*** INPUT RECORDS ***
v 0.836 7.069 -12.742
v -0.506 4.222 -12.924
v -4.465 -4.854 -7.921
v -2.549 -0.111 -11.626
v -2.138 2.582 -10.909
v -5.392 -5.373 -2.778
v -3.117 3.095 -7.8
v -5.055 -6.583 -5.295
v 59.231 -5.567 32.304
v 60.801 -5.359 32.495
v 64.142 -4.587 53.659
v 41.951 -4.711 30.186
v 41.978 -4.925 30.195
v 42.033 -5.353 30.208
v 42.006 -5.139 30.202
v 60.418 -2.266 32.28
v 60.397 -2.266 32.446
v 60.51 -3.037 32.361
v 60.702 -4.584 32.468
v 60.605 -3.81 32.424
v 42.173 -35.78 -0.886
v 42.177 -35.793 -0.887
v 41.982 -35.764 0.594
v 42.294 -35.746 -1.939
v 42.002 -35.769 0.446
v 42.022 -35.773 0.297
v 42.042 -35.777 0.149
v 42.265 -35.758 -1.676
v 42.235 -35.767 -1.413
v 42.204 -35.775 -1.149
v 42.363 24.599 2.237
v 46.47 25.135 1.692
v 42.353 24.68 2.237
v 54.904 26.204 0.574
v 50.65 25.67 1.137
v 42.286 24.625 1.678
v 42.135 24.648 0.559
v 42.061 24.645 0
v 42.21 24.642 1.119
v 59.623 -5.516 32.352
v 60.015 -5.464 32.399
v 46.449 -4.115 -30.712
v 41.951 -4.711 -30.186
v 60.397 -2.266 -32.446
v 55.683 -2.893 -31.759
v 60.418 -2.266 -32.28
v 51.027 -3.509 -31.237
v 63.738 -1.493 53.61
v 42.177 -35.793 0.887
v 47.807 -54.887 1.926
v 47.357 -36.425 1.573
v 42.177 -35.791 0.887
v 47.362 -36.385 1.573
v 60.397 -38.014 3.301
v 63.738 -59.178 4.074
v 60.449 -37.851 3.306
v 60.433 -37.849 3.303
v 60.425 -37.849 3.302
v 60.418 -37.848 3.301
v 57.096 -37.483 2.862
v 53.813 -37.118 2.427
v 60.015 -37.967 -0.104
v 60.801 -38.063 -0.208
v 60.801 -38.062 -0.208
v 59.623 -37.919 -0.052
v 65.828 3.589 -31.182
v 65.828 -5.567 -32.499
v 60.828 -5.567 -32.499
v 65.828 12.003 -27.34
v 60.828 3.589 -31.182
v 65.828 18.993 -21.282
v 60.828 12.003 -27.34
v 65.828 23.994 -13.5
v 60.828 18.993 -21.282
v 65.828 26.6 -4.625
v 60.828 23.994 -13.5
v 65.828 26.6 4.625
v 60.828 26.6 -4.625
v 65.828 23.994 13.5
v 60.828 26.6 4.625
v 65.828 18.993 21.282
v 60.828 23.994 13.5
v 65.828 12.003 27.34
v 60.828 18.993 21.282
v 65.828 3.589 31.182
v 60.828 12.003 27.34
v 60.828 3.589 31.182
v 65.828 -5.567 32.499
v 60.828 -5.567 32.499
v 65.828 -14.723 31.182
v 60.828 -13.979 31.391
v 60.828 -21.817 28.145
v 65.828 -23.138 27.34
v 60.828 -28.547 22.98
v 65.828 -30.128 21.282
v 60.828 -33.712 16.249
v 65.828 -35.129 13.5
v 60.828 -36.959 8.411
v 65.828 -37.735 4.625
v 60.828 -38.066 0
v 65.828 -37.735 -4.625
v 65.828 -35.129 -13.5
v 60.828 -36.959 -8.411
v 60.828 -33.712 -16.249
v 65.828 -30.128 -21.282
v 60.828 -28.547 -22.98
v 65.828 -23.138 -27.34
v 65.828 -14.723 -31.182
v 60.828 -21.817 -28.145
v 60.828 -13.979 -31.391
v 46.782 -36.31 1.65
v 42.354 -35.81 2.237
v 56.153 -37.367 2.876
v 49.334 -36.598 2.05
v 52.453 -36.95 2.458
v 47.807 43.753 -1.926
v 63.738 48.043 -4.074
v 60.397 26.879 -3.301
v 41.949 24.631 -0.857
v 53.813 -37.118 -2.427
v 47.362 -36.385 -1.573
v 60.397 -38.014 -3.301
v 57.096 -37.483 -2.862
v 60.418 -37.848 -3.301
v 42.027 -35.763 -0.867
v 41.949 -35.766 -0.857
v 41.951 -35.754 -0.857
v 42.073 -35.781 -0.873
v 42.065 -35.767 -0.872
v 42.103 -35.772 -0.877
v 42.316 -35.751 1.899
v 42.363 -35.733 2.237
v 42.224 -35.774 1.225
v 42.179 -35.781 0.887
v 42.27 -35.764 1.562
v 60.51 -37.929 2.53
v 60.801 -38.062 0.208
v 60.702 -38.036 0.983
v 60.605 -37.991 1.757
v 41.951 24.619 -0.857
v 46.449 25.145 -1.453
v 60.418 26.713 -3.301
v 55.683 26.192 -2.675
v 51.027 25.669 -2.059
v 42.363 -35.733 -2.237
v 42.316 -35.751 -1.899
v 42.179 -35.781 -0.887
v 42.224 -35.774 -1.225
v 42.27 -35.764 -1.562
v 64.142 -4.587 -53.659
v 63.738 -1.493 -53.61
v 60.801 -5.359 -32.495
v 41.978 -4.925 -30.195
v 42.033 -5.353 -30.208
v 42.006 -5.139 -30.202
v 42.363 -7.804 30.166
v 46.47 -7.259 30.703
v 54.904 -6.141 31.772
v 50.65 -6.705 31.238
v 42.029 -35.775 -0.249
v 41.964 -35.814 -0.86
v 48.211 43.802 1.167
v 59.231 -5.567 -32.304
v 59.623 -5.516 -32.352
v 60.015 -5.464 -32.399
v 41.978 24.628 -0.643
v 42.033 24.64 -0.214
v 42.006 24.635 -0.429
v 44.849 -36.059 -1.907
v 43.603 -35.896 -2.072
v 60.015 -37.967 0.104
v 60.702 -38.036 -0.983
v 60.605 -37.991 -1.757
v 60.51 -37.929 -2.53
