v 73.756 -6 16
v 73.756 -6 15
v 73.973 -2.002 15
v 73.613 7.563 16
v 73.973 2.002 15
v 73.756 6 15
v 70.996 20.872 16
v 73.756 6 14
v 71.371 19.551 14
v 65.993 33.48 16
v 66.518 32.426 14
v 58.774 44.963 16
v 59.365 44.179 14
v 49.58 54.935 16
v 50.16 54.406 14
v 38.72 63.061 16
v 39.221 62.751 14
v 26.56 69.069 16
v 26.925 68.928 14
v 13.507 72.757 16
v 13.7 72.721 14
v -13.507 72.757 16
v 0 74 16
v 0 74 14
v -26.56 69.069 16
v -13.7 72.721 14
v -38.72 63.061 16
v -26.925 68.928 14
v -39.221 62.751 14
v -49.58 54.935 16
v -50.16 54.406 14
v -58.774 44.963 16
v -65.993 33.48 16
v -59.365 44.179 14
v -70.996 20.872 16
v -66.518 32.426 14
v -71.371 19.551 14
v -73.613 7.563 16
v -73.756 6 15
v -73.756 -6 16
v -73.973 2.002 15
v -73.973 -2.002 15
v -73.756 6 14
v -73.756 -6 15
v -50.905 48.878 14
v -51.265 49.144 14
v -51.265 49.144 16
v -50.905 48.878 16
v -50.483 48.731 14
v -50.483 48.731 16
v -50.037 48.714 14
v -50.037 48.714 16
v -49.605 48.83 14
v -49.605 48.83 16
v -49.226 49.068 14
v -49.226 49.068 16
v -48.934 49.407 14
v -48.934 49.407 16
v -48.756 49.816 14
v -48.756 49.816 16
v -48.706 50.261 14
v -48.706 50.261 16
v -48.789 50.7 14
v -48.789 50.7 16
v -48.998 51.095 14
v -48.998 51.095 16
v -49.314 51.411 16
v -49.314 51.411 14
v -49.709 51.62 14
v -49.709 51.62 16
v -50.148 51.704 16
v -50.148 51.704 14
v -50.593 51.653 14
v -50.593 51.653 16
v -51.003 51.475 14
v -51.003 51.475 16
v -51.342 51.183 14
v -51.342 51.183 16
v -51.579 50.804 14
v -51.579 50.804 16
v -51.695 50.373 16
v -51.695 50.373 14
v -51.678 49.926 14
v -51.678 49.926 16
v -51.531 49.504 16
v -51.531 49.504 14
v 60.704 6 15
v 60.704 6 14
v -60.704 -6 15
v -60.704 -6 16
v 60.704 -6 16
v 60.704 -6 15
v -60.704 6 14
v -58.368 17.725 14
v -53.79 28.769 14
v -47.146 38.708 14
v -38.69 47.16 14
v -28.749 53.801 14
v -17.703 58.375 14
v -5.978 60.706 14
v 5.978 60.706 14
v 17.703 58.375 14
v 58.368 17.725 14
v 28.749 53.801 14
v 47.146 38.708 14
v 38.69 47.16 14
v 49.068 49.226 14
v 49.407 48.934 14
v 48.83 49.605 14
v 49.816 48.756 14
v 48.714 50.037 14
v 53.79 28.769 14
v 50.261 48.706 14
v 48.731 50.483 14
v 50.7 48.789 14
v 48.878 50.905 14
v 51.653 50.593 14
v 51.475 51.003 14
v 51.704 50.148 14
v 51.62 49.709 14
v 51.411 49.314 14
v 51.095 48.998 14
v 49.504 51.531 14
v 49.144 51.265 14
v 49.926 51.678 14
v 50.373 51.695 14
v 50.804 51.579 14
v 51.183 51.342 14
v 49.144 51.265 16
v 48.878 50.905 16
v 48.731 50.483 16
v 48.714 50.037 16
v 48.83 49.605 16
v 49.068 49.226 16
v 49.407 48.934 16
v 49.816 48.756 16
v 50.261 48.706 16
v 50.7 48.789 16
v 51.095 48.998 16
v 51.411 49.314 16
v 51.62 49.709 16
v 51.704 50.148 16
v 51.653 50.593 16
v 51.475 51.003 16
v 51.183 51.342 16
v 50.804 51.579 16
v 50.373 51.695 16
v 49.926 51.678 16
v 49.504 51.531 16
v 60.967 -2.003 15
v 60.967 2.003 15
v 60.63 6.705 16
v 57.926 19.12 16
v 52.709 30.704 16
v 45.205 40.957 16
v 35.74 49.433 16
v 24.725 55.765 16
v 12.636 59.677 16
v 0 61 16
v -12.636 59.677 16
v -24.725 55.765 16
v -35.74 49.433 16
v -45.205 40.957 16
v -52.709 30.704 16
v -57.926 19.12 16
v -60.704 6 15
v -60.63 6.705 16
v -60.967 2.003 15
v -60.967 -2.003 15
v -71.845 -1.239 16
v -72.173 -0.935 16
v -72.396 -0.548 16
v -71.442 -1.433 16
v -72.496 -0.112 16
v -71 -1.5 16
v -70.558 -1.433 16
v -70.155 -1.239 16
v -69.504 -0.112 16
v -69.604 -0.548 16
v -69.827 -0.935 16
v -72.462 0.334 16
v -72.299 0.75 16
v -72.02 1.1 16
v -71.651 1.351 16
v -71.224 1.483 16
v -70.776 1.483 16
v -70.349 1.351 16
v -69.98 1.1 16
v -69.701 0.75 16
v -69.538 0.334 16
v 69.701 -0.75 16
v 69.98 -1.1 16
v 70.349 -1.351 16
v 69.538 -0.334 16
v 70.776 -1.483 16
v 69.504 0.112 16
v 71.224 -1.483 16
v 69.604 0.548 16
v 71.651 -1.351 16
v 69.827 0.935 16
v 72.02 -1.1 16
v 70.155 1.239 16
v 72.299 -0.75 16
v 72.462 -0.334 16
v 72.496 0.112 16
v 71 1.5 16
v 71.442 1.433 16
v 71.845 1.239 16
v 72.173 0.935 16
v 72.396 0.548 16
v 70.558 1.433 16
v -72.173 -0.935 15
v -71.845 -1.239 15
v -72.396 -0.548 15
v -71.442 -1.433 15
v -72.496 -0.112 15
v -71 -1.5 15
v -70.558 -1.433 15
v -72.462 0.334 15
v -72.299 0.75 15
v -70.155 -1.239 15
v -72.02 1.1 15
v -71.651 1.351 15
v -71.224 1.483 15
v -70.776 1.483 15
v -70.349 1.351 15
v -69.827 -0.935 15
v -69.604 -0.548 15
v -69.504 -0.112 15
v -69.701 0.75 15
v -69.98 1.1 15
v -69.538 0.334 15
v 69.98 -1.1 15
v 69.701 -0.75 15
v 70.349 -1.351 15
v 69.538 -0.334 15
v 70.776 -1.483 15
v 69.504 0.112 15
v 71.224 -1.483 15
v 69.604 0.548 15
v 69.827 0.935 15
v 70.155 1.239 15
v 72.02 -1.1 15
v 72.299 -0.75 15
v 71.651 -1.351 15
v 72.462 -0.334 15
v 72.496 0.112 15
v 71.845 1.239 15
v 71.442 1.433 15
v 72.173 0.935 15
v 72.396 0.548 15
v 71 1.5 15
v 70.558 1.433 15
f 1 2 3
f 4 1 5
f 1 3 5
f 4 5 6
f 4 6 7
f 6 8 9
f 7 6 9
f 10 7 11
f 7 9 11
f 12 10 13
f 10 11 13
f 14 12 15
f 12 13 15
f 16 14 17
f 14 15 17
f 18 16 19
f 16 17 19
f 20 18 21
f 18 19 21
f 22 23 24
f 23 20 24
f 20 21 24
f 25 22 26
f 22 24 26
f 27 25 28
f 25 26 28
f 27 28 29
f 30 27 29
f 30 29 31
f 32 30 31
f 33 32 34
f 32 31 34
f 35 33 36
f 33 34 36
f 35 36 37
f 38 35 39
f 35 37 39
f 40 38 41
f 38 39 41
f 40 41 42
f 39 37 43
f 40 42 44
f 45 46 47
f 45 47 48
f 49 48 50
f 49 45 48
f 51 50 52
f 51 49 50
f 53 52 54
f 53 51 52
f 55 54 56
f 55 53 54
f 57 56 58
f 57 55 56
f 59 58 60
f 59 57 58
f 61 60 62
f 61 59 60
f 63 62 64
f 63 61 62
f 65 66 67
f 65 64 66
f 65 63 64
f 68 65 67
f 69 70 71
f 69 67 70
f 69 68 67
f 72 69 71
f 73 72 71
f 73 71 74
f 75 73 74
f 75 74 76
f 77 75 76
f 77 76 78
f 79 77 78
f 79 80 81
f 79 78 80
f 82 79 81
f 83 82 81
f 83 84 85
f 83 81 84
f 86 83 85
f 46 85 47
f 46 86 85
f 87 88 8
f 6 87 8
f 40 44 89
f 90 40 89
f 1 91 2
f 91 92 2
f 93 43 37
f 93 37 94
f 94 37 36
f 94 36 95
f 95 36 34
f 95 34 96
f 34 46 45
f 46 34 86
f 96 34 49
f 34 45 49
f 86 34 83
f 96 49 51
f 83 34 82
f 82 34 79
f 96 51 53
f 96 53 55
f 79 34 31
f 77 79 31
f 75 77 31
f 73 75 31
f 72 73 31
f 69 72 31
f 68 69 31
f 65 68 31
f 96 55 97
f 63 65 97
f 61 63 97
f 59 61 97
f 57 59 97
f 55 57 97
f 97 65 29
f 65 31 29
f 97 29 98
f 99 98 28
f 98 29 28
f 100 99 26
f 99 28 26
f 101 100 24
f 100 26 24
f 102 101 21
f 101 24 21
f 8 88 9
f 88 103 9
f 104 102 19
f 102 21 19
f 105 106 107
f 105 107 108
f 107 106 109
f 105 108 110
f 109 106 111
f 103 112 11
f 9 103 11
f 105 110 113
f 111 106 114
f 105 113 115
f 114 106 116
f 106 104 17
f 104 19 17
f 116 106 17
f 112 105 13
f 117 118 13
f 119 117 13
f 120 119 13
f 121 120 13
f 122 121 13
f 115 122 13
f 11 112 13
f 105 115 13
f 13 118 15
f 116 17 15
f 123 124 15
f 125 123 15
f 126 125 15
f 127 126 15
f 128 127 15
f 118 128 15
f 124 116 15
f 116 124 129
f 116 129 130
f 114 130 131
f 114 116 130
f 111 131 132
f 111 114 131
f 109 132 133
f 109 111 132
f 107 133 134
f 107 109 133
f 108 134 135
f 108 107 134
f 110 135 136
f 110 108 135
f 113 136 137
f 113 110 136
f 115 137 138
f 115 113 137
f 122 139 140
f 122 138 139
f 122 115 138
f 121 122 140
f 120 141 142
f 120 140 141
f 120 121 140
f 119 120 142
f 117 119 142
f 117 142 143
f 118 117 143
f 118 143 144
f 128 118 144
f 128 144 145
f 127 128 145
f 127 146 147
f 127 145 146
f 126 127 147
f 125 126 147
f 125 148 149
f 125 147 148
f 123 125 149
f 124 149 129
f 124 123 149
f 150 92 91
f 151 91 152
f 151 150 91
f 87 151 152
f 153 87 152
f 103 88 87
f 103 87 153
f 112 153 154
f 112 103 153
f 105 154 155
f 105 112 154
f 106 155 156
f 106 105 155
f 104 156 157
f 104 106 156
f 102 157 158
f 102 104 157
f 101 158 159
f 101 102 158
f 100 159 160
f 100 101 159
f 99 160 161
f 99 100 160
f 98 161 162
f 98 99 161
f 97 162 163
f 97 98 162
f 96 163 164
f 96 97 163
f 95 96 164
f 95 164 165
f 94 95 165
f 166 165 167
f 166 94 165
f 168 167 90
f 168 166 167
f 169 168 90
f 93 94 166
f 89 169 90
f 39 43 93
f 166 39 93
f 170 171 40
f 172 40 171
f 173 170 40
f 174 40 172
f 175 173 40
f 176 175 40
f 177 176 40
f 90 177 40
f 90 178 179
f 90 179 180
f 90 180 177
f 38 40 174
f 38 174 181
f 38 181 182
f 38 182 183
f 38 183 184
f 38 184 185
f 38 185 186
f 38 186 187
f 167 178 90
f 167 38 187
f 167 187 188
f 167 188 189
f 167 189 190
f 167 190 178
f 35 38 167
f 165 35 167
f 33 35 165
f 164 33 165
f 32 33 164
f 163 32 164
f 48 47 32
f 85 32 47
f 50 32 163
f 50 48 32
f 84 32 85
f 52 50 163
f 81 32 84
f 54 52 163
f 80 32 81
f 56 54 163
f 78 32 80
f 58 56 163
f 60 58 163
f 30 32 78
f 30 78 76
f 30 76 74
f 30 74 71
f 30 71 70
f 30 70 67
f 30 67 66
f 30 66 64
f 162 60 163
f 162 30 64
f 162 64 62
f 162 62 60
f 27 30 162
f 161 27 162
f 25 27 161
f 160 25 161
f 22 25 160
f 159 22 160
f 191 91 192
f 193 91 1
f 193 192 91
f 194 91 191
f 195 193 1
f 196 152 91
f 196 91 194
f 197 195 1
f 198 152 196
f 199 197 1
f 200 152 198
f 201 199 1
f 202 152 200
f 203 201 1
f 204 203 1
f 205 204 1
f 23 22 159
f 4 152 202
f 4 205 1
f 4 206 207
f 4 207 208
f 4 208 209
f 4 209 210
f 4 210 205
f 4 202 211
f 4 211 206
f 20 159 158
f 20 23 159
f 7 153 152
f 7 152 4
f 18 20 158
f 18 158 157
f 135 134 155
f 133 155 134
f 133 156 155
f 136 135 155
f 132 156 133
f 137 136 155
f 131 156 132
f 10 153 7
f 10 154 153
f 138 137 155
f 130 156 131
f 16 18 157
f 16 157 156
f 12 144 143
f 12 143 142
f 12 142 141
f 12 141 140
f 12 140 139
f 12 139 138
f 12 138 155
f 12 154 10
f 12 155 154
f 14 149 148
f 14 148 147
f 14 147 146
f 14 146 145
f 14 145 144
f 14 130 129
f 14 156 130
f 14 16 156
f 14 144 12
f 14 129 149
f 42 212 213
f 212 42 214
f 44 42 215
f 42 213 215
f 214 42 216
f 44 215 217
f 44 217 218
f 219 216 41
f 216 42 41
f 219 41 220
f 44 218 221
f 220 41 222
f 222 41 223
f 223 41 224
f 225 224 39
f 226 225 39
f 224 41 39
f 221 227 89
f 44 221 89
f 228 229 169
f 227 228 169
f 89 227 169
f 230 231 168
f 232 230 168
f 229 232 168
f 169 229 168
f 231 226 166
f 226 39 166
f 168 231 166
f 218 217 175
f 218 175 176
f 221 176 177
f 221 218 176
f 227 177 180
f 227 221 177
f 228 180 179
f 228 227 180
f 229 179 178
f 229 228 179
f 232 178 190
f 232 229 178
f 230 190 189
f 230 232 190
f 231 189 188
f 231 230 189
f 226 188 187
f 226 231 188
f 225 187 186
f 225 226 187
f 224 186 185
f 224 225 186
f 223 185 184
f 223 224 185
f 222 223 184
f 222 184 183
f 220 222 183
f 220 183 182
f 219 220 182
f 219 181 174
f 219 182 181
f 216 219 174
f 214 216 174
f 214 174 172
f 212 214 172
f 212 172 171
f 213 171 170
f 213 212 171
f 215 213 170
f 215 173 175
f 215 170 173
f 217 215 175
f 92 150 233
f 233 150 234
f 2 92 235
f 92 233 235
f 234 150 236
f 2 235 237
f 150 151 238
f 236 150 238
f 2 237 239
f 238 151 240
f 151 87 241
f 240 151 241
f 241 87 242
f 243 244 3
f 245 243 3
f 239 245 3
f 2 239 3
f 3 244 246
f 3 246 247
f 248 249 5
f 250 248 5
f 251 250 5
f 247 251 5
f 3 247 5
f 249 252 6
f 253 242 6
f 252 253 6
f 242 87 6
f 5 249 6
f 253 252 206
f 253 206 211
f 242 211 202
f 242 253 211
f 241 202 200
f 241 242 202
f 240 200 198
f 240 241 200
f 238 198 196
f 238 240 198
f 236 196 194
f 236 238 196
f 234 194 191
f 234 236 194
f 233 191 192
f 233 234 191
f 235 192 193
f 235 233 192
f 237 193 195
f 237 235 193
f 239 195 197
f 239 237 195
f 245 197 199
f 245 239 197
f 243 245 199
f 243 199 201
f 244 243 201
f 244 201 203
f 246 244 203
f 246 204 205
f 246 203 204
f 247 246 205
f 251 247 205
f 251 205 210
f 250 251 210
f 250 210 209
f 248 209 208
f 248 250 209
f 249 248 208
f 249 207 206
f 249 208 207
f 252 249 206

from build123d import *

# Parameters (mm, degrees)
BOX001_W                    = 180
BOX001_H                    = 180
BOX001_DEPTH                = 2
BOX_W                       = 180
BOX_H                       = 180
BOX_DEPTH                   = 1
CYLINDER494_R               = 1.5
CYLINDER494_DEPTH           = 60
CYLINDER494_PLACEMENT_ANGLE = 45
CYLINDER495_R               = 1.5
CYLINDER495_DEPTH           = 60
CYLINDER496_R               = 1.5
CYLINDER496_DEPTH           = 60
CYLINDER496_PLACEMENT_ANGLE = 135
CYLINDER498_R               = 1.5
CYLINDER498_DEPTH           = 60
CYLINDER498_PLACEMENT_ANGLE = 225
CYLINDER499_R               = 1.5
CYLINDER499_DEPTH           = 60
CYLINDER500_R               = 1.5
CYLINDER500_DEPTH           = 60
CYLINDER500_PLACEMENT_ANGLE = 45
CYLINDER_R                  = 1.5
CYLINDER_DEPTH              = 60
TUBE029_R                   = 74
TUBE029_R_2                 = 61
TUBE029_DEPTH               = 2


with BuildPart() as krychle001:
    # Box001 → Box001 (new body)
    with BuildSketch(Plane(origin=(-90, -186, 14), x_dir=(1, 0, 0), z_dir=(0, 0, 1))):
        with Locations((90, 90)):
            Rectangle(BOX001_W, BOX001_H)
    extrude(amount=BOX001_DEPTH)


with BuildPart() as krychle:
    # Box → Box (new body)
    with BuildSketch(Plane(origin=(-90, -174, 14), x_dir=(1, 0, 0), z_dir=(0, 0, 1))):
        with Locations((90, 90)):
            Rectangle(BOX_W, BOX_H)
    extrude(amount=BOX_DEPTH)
*** End of INPUT RECORDS ***
- REQUIRED ACTION
Within the data above, the lines from the one with "f 235 233 192" to the one with "f 252 249 206" must be repeated exactly; no other line belongs in the answer.

- ANSWER
f 235 233 192
f 237 193 195
f 237 235 193
f 239 195 197
f 239 237 195
f 245 197 199
f 245 239 197
f 243 245 199
f 243 199 201
f 244 243 201
f 244 201 203
f 246 244 203
f 246 204 205
f 246 203 204
f 247 246 205
f 251 247 205
f 251 205 210
f 250 251 210
f 250 210 209
f 248 209 208
f 248 250 209
f 249 248 208
f 249 207 206
f 249 208 207
f 252 249 206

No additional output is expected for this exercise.